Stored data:
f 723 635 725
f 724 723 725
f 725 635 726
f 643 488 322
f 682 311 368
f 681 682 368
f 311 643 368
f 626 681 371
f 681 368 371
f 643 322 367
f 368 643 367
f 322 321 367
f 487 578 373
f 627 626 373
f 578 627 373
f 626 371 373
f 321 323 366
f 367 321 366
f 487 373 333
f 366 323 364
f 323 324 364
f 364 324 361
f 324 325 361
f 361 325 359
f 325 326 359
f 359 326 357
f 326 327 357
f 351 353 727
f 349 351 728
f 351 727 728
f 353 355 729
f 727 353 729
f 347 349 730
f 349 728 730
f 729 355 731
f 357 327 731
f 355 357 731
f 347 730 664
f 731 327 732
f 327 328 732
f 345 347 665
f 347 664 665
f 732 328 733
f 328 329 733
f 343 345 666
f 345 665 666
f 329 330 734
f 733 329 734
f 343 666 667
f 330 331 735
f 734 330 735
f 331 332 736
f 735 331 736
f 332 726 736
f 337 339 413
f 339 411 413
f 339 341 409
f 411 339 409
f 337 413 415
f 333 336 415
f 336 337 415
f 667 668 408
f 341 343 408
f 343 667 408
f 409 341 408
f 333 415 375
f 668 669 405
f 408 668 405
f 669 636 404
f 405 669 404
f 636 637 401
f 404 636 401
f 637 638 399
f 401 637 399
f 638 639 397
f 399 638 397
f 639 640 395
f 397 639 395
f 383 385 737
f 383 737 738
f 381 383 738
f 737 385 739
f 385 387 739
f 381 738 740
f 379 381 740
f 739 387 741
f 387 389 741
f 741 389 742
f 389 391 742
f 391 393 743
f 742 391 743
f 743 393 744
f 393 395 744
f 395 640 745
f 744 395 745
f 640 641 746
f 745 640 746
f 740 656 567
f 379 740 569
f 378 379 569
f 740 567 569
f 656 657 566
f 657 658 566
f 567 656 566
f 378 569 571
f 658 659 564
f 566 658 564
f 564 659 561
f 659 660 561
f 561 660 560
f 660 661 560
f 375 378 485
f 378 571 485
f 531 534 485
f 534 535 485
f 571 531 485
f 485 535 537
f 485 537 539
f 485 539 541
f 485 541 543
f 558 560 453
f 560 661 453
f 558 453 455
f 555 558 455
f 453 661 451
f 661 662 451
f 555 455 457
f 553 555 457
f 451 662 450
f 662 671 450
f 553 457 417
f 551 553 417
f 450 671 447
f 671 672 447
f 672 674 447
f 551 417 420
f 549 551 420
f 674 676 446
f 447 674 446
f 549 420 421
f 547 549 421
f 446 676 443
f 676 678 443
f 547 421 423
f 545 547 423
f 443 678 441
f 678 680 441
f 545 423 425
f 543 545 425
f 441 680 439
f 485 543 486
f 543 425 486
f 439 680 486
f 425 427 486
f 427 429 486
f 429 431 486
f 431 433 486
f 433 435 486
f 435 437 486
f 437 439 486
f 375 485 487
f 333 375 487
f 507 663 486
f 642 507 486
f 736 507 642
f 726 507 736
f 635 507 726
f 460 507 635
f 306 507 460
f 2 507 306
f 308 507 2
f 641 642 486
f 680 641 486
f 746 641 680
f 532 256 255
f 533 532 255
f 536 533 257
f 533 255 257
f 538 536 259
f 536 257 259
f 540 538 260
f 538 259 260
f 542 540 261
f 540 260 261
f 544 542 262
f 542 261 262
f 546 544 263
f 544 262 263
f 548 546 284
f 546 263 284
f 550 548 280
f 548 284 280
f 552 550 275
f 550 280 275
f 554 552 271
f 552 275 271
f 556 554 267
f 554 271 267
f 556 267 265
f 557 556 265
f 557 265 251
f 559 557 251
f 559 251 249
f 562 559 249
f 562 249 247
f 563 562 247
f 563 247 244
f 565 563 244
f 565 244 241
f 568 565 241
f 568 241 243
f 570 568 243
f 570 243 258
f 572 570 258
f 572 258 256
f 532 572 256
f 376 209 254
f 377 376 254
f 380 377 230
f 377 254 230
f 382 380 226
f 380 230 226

## [Work instruction]
Word for word, repeat the lines from the one holding "f 538 259 260" through the last line of the entries, both included.

## [Solution to this task]
f 538 259 260
f 542 540 261
f 540 260 261
f 544 542 262
f 542 261 262
f 546 544 263
f 544 262 263
f 548 546 284
f 546 263 284
f 550 548 280
f 548 284 280
f 552 550 275
f 550 280 275
f 554 552 271
f 552 275 271
f 556 554 267
f 554 271 267
f 556 267 265
f 557 556 265
f 557 265 251
f 559 557 251
f 559 251 249
f 562 559 249
f 562 249 247
f 563 562 247
f 563 247 244
f 565 563 244
f 565 244 241
f 568 565 241
f 568 241 243
f 570 568 243
f 570 243 258
f 572 570 258
f 572 258 256
f 532 572 256
f 376 209 254
f 377 376 254
f 380 377 230
f 377 254 230
f 382 380 226
f 380 230 226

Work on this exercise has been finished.